# What junk food do you really, really like?



## Gael (Mar 27, 2014)

Fess up and spill the beans. WE won't judge you. :yeahright: What type of junk food can you say you really do like?


----------



## Justme (Mar 27, 2014)

I treat myself to a McDonald's takeaway very occasionally, I like Big Mac burger! I know they are very, very bad for me but YUMMY!


----------



## Jillaroo (Mar 27, 2014)

_KFC Zinger Burger once a fortnight, very nice_


----------



## Pappy (Mar 27, 2014)

A delivered pizza, usually every Thursday night when the wife gets home late from playing Mai Jung.


----------



## Pam (Mar 27, 2014)

Fish and chips, pepperoni pizza, soft drink. You can keep the sweet stuff.


----------



## rkunsaw (Mar 27, 2014)

I like a lot of junk food but don't often indulge. Occasional candy bars, a hamburger, onion rings and a malt from sonic once or twice a year. I love pizza but seldom eat any. IMO pizza is not junk food.

During my working years I ate a lot of donuts.


----------



## Gael (Mar 27, 2014)

Justme said:


> I treat myself to a McDonald's takeaway very occasionally, I like Big Mac burger! I know they are very, very bad for me but YUMMY!
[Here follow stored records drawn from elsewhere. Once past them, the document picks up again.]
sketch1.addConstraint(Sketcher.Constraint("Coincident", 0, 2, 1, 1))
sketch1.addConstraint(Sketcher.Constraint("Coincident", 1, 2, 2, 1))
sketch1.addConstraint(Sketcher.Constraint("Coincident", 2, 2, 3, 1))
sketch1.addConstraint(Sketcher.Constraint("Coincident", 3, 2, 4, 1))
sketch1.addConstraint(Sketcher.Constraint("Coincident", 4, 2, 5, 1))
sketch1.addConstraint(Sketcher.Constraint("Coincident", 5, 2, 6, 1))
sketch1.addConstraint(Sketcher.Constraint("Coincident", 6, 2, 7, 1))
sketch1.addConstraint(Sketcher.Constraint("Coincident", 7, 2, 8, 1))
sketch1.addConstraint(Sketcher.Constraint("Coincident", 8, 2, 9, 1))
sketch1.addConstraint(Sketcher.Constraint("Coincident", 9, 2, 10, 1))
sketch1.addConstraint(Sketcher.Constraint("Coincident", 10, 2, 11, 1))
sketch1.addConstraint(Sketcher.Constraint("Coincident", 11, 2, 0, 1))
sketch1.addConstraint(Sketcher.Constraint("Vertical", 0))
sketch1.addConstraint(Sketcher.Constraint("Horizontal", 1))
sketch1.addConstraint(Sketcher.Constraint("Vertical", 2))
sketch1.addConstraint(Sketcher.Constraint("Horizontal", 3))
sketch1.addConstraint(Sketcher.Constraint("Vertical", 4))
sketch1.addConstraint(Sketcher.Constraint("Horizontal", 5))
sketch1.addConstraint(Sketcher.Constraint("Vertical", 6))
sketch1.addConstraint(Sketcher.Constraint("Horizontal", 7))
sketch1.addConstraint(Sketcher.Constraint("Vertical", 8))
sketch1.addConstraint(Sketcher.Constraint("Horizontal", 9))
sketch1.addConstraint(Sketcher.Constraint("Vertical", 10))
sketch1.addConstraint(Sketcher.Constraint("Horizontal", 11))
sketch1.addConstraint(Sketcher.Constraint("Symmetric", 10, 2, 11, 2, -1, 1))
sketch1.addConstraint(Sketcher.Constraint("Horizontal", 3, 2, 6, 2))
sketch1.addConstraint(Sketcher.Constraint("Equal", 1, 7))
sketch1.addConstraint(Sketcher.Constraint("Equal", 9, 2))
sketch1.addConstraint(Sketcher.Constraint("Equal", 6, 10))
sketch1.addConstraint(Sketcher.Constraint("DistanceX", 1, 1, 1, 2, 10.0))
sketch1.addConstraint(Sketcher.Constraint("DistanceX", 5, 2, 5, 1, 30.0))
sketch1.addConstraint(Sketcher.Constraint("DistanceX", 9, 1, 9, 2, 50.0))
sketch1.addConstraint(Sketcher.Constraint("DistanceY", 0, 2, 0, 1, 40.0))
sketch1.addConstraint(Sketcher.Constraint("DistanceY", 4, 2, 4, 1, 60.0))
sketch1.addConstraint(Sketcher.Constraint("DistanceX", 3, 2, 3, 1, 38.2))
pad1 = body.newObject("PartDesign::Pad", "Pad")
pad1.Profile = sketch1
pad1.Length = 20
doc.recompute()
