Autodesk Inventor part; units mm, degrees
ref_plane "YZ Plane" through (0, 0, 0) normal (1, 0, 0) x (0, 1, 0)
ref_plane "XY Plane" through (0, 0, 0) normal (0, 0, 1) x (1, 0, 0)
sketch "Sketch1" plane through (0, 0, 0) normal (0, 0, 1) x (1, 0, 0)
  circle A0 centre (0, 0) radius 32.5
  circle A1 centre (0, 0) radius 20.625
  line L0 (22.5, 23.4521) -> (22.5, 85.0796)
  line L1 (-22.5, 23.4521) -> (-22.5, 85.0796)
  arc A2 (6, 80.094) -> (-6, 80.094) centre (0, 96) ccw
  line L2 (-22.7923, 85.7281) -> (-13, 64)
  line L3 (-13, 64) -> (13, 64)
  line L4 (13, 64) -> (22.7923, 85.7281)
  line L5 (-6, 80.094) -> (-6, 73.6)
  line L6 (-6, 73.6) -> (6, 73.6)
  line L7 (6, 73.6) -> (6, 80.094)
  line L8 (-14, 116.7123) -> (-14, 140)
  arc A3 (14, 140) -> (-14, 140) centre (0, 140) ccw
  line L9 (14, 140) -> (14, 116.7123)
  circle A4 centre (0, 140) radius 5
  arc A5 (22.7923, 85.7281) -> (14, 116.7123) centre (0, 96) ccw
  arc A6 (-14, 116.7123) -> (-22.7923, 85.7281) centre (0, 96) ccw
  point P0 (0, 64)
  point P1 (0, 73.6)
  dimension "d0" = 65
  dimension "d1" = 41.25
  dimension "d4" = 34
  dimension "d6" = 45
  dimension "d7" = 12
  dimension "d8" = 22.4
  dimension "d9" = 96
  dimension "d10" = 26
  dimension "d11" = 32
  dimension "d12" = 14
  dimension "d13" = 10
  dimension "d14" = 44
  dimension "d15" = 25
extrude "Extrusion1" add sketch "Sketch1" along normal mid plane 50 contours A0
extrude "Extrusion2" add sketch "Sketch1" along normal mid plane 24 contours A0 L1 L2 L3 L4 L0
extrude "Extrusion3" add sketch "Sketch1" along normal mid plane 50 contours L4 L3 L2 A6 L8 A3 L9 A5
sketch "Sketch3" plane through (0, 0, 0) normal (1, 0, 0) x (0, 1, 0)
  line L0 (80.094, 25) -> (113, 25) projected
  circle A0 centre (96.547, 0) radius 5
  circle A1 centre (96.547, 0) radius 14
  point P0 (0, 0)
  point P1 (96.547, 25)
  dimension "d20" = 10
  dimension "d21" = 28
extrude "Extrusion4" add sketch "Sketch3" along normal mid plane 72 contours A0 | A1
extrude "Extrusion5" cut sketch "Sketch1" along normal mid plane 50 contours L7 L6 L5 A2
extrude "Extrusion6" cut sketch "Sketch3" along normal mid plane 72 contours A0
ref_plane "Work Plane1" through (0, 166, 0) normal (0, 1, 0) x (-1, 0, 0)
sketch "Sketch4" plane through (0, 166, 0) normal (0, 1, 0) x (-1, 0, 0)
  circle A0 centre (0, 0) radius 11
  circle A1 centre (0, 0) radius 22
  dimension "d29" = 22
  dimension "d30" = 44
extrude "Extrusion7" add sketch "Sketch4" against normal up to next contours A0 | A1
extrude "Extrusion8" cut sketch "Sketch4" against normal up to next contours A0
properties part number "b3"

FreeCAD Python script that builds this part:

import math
import FreeCAD as App
import Part
import Sketcher
from FreeCAD import Vector
Q = App.Units.Quantity

doc = App.newDocument("Part")
body = doc.addObject("PartDesign::Body", "Body")

sketch1 = doc.addObject("Sketcher::SketchObject", "Sketch")
body.addObject(sketch1)
sketch1.AttachmentSupport = (doc.XY_Plane, [""])
sketch1.MapMode = "FlatFace"
sketch1.addGeometry(Part.Circle(Vector(0, 0, 0), Vector(0, 0, 1), 32.5), False)
sketch1.addGeometry(Part.Circle(Vector(0, 0, 0), Vector(0, 0, 1), 20.625), False)
sketch1.addConstraint(Sketcher.Constraint("Coincident", 0, 3, -1, 1))
sketch1.addConstraint(Sketcher.Constraint("Coincident", 1, 3, -1, 1))
sketch1.addConstraint(Sketcher.Constraint("Diameter", 0, 65.0))
sketch1.addConstraint(Sketcher.Constraint("Diameter", 1, 41.25))
pad1 = doc.addObject("PartDesign::Pad", "Pad")
body.addObject(pad1)
pad1.Profile = sketch1
pad1.Length = 50
pad1.Midplane = True

sketch2 = doc.addObject("Sketcher::SketchObject", "Sketch001")
body.addObject(sketch2)
sketch2.AttachmentSupport = (doc.XY_Plane, [""])
sketch2.MapMode = "FlatFace"
sketch2.addGeometry(Part.ArcOfCircle(Part.Circle(Vector(0, 0, 0), Vector(0, 0, 1), 32.5), math.radians(46.186964), math.radians(133.813036)), False)
sketch2.addGeometry(Part.LineSegment(Vector(22.5, 23.4521, 0), Vector(22.5, 85.0796, 0)), False)
sketch2.addGeometry(Part.LineSegment(Vector(22.500031, 85.079586, 0), Vector(13, 64, 0)), False)
sketch2.addGeometry(Part.LineSegment(Vector(13, 64, 0), Vector(-13, 64, 0)), False)
sketch2.addGeometry(Part.LineSegment(Vector(-13, 64, 0), Vector(-22.500031, 85.079586, 0)), False)
sketch2.addGeometry(Part.LineSegment(Vector(-22.5, 85.0796, 0), Vector(-22.5, 23.4521, 0)), False)
sketch2.addConstraint(Sketcher.Constraint("Coincident", 0, 1, 1, 1))
sketch2.addConstraint(Sketcher.Constraint("Coincident", 1, 2, 2, 1))
sketch2.addConstraint(Sketcher.Constraint("Coincident", 2, 2, 3, 1))
sketch2.addConstraint(Sketcher.Constraint("Coincident", 3, 2, 4, 1))
sketch2.addConstraint(Sketcher.Constraint("Coincident", 4, 2, 5, 1))
sketch2.addConstraint(Sketcher.Constraint("Coincident", 5, 2, 0, 2))
sketch2.addConstraint(Sketcher.Constraint("Vertical", 1))
sketch2.addConstraint(Sketcher.Constraint("Horizontal", 3))
sketch2.addConstraint(Sketcher.Constraint("Vertical", 5))
sketch2.addConstraint(Sketcher.Constraint("Coincident", 0, 3, -1, 1))
sketch2.addConstraint(Sketcher.Constraint("Symmetric", 1, 2, 4, 2, -2))
sketch2.addConstraint(Sketcher.Constraint("Equal", 2, 4))
sketch2.addConstraint(Sketcher.Constraint("Radius", 0, 32.5))
sketch2.addConstraint(Sketcher.Constraint("DistanceX", 3, 2, 3, 1, 26.0))
sketch2.addConstraint(Sketcher.Constraint("DistanceX", 4, 2, 1, 2, 45.0))
sketch2.addConstraint(Sketcher.Constraint("DistanceY", -1, 1, 2, 2, 64.0))
sketch2.addConstraint(Sketcher.Constraint("Angle", 2, Q("-114.2599 deg")))
pad2 = doc.addObject("PartDesign::Pad", "Pad001")
body.addObject(pad2)
pad2.Profile = sketch2
pad2.Length = 24
pad2.Midplane = True

sketch3 = doc.addObject("Sketcher::SketchObject", "Sketch002")
body.addObject(sketch3)
sketch3.AttachmentSupport = (doc.XY_Plane, [""])
sketch3.MapMode = "FlatFace"
sketch3.addGeometry(Part.LineSegment(Vector(13, 64, 0), Vector(22.7923, 85.7281, 0)), False)
sketch3.addGeometry(Part.ArcOfCircle(Part.Circle(Vector(0, 96, 0), Vector(0, 0, 1), 24.999987), math.radians(-24.259858), math.radians(55.944183)), False)
sketch3.addGeometry(Part.LineSegment(Vector(14, 116.7123, 0), Vector(14, 140, 0)), False)
sketch3.addGeometry(Part.ArcOfCircle(Part.Circle(Vector(0, 140, 0), Vector(0, 0, 1), 14), math.radians(0), math.radians(180)), False)
sketch3.addGeometry(Part.LineSegment(Vector(-14, 140, 0), Vector(-14, 116.7123, 0)), False)
sketch3.addGeometry(Part.ArcOfCircle(Part.Circle(Vector(0, 96, 0), Vector(0, 0, 1), 25.000017), math.radians(124.055817), math.radians(204.259858)), False)
sketch3.addGeometry(Part.LineSegment(Vector(-22.7923, 85.7281, 0), Vector(-13, 64, 0)), False)
sketch3.addGeometry(Part.LineSegment(Vector(-13, 64, 0), Vector(13, 64, 0)), False)
sketch3.addGeometry(Part.ArcOfCircle(Part.Circle(Vector(0, 96, 0), Vector(0, 0, 1), 17.000025), math.radians(-69.332715), math.radians(249.332715)), False)
sketch3.addGeometry(Part.LineSegment(Vector(6, 80.094, 0), Vector(6, 73.6, 0)), False)
sketch3.addGeometry(Part.LineSegment(Vector(6, 73.6, 0), Vector(-6, 73.6, 0)), False)
sketch3.addGeometry(Part.LineSegment(Vector(-6, 73.6, 0), Vector(-6, 80.094, 0)), False)
sketch3.addGeometry(Part.Circle(Vector(0, 140, 0), Vector(0, 0, 1), 5), False)
sketch3.addConstraint(Sketcher.Constraint("Tangent", 0, 2, 1, 1))
sketch3.addConstraint(Sketcher.Constraint("Coincident", 1, 2, 2, 1))
sketch3.addConstraint(Sketcher.Constraint("Tangent", 2, 2, 3, 1))
sketch3.addConstraint(Sketcher.Constraint("Tangent", 3, 2, 4, 1))
sketch3.addConstraint(Sketcher.Constraint("Coincident", 4, 2, 5, 1))
sketch3.addConstraint(Sketcher.Constraint("Tangent", 5, 2, 6, 1))
sketch3.addConstraint(Sketcher.Constraint("Coincident", 6, 2, 7, 1))
sketch3.addConstraint(Sketcher.Constraint("Coincident", 7, 2, 0, 1))
sketch3.addConstraint(Sketcher.Constraint("Coincident", 8, 1, 9, 1))
sketch3.addConstraint(Sketcher.Constraint("Coincident", 9, 2, 10, 1))
sketch3.addConstraint(Sketcher.Constraint("Coincident", 10, 2, 11, 1))
sketch3.addConstraint(Sketcher.Constraint("Coincident", 11, 2, 8, 2))
sketch3.addConstraint(Sketcher.Constraint("Vertical", 2))
sketch3.addConstraint(Sketcher.Constraint("Vertical", 4))
sketch3.addConstraint(Sketcher.Constraint("Horizontal", 7))
sketch3.addConstraint(Sketcher.Constraint("Vertical", 9))
sketch3.addConstraint(Sketcher.Constraint("Horizontal", 10))
sketch3.addConstraint(Sketcher.Constraint("Vertical", 11))
sketch3.addConstraint(Sketcher.Constraint("Coincident", 5, 3, 1, 3))
sketch3.addConstraint(Sketcher.Constraint("Coincident", 8, 3, 1, 3))
sketch3.addConstraint(Sketcher.Constraint("Coincident", 12, 3, 3, 3))
sketch3.addConstraint(Sketcher.Constraint("Equal", 1, 5))
sketch3.addConstraint(Sketcher.Constraint("Symmetric", 1, 2, 4, 2, -2))
sketch3.addConstraint(Sketcher.Constraint("Horizontal", 0, 2, 5, 2))
sketch3.addConstraint(Sketcher.Constraint("Horizontal", 8, 1, 11, 2))
sketch3.addConstraint(Sketcher.Constraint("Diameter", 12, 10.0))
sketch3.addConstraint(Sketcher.Constraint("Radius", 1, 25.0))
sketch3.addConstraint(Sketcher.Constraint("Radius", 3, 14.0))
sketch3.addConstraint(Sketcher.Constraint("Radius", 8, 17.0))
sketch3.addConstraint(Sketcher.Constraint("DistanceX", 7, 1, 7, 2, 26.0))
sketch3.addConstraint(Sketcher.Constraint("DistanceX", 10, 2, 10, 1, 12.0))
sketch3.addConstraint(Sketcher.Constraint("DistanceY", -1, 1, 1, 3, 96.0))
sketch3.addConstraint(Sketcher.Constraint("DistanceY", 1, 3, 3, 3, 44.0))
sketch3.addConstraint(Sketcher.Constraint("DistanceY", 6, 2, 1, 3, 32.0))
sketch3.addConstraint(Sketcher.Constraint("DistanceY", 9, 2, 1, 3, 22.4))
pad3 = doc.addObject("PartDesign::Pad", "Pad002")
body.addObject(pad3)
pad3.Profile = sketch3
pad3.Length = 50
pad3.Midplane = True

sketch4 = doc.addObject("Sketcher::SketchObject", "Sketch003")
body.addObject(sketch4)
sketch4.AttachmentSupport = (doc.YZ_Plane, [""])
sketch4.MapMode = "FlatFace"
sketch4.addGeometry(Part.Circle(Vector(96.547, 0, 0), Vector(0, 0, 1), 14), False)
sketch4.addConstraint(Sketcher.Constraint("PointOnObject", 0, 3, -1))
sketch4.addConstraint(Sketcher.Constraint("Diameter", 0, 28.0))
sketch4.addConstraint(Sketcher.Constraint("DistanceX", -1, 1, 0, 3, 96.547))
pad4 = doc.addObject("PartDesign::Pad", "Pad003")
body.addObject(pad4)
pad4.Profile = sketch4
pad4.Length = 72
pad4.Midplane = True

sketch5 = doc.addObject("Sketcher::SketchObject", "Sketch004")
body.addObject(sketch5)
sketch5.AttachmentSupport = (doc.XY_Plane, [""])
sketch5.MapMode = "FlatFace"
sketch5.addGeometry(Part.LineSegment(Vector(6, 73.6, 0), Vector(6, 80.094, 0)), False)
sketch5.addGeometry(Part.ArcOfCircle(Part.Circle(Vector(0, 96, 0), Vector(0, 0, 1), 17.000025), math.radians(-69.332715), math.radians(249.332715)), False)
sketch5.addGeometry(Part.LineSegment(Vector(-6, 80.094, 0), Vector(-6, 73.6, 0)), False)
sketch5.addGeometry(Part.LineSegment(Vector(-6, 73.6, 0), Vector(6, 73.6, 0)), False)
sketch5.addConstraint(Sketcher.Constraint("Coincident", 0, 2, 1, 1))
sketch5.addConstraint(Sketcher.Constraint("Coincident", 1, 2, 2, 1))
sketch5.addConstraint(Sketcher.Constraint("Coincident", 2, 2, 3, 1))
sketch5.addConstraint(Sketcher.Constraint("Coincident", 3, 2, 0, 1))
sketch5.addConstraint(Sketcher.Constraint("Vertical", 0))
sketch5.addConstraint(Sketcher.Constraint("Vertical", 2))
sketch5.addConstraint(Sketcher.Constraint("Horizontal", 3))
sketch5.addConstraint(Sketcher.Constraint("Symmetric", 0, 2, 1, 2, -2))
sketch5.addConstraint(Sketcher.Constraint("Radius", 1, 17.0))
sketch5.addConstraint(Sketcher.Constraint("DistanceX", 3, 1, 3, 2, 12.0))
sketch5.addConstraint(Sketcher.Constraint("DistanceY", -1, 1, 1, 3, 96.0))
sketch5.addConstraint(Sketcher.Constraint("DistanceY", 2, 2, 1, 3, 22.4))
pocket1 = doc.addObject("PartDesign::Pocket", "Pocket")
body.addObject(pocket1)
pocket1.Profile = sketch5
pocket1.Length = 50
pocket1.Midplane = True

sketch6 = doc.addObject("Sketcher::SketchObject", "Sketch005")
body.addObject(sketch6)
sketch6.AttachmentSupport = (doc.YZ_Plane, [""])
sketch6.MapMode = "FlatFace"
sketch6.addGeometry(Part.Circle(Vector(96.547, 0, 0), Vector(0, 0, 1), 5), False)
sketch6.addConstraint(Sketcher.Constraint("PointOnObject", 0, 3, -1))
sketch6.addConstraint(Sketcher.Constraint("Diameter", 0, 10.0))
sketch6.addConstraint(Sketcher.Constraint("DistanceX", -1, 1, 0, 3, 96.547))
pocket2 = doc.addObject("PartDesign::Pocket", "Pocket001")
body.addObject(pocket2)
pocket2.Profile = sketch6
pocket2.Length = 72
pocket2.Midplane = True

sketch7 = doc.addObject("Sketcher::SketchObject", "Sketch006")
body.addObject(sketch7)
sketch7.AttachmentSupport = (doc.XZ_Plane, [""])
sketch7.MapMode = "FlatFace"
sketch7.AttachmentOffset = App.Placement(Vector(0, 0, -166), App.Rotation())
sketch7.addGeometry(Part.Circle(Vector(0, 0, 0), Vector(0, 0, 1), 22), False)
sketch7.addConstraint(Sketcher.Constraint("Coincident", 0, 3, -1, 1))
sketch7.addConstraint(Sketcher.Constraint("Diameter", 0, 44.0))
pad5 = doc.addObject("PartDesign::Pad", "Pad004")
body.addObject(pad5)
pad5.Profile = sketch7
pad5.Type = "UpToFirst"

sketch8 = doc.addObject("Sketcher::SketchObject", "Sketch007")
body.addObject(sketch8)
sketch8.AttachmentSupport = (doc.XZ_Plane, [""])
sketch8.MapMode = "FlatFace"
sketch8.AttachmentOffset = App.Placement(Vector(0, 0, -166), App.Rotation())
sketch8.addGeometry(Part.Circle(Vector(0, 0, 0), Vector(0, 0, 1), 11), False)
sketch8.addConstraint(Sketcher.Constraint("Coincident", 0, 3, -1, 1))
sketch8.addConstraint(Sketcher.Constraint("Diameter", 0, 22.0))
pocket3 = doc.addObject("PartDesign::Pocket", "Pocket002")
body.addObject(pocket3)
pocket3.Profile = sketch8
pocket3.Length = 57.0385
pocket3.Reversed = True

doc.recompute()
So very bad but so very good, eh?:lol:


----------



## Gael (Mar 27, 2014)

Jillaroo said:


> _KFC Zinger Burger once a fortnight, very nice_



That sounds not so OTT, Jilly.:cheers1:


----------



## Gael (Mar 27, 2014)

Pappy said:


> A delivered pizza, usually every Thursday night when the wife gets home late from playing Mai Jung.



I don't think of pizza as junk food like other items to be honest, Pappy.  Not all pizzas are created equal:
http://www.labefanapizza.com/pizza-health-food-or-junk-food/


----------



## Gael (Mar 27, 2014)

Pam said:


> Fish and chips, pepperoni pizza, soft drink. You can keep the sweet stuff.



Ir's usually sweet or salty for people.


----------



## Gael (Mar 27, 2014)

I could dive into certain candies very easily that's for sure. As a confirmed chocoholic truffles would do me just fine.

But I also like salted popcorn with butter. Now popped corn is not junk in itself, it's the toppings that do it. And I could go for salsa and chips...add some melted cheese to them too please.:yes:


----------



## Pappy (Mar 27, 2014)

Gael said:


> I don't think of pizza as junk food like other items to be honest, Pappy.  Not all pizzas are created equal:
> http://www.labefanapizza.com/pizza-health-food-or-junk-food/



You are probably right about the pizza, Gael, but the sugary cinnamon sticks that we sometimes order just might fit in that category.


----------



## Judi.D (Mar 27, 2014)

Lays Original Potato Chips


----------



## Gael (Mar 27, 2014)

Pappy said:


> You are probably right about the pizza, Gael, but the sugary cinnamon sticks that we sometimes order just might fit in that category.



Oh, you divil! Didn't know about them cinnamon sticks!


----------



## Gael (Mar 27, 2014)

Judi.D said:


> Lays Original Potato Chips



Oh if you're going to go junk food, that is the way!!:excitement:


----------



## Falcon (Mar 27, 2014)

Carls Jr.  Western bacon cheeseburger or an In-'n-Out burger.  Also Lays "Kettle cooked"  potato chips.


----------



## Judi.D (Mar 27, 2014)

Falcon you are making me hungry. One of the things I missed the most about Southern Cal is Carls Jr Cheeseburgers.


----------



## Gael (Mar 27, 2014)

Falcon said:


> Carls Jr.  Western bacon cheeseburger or an In-'n-Out burger.  Also Lays "Kettle cooked"  potato chips.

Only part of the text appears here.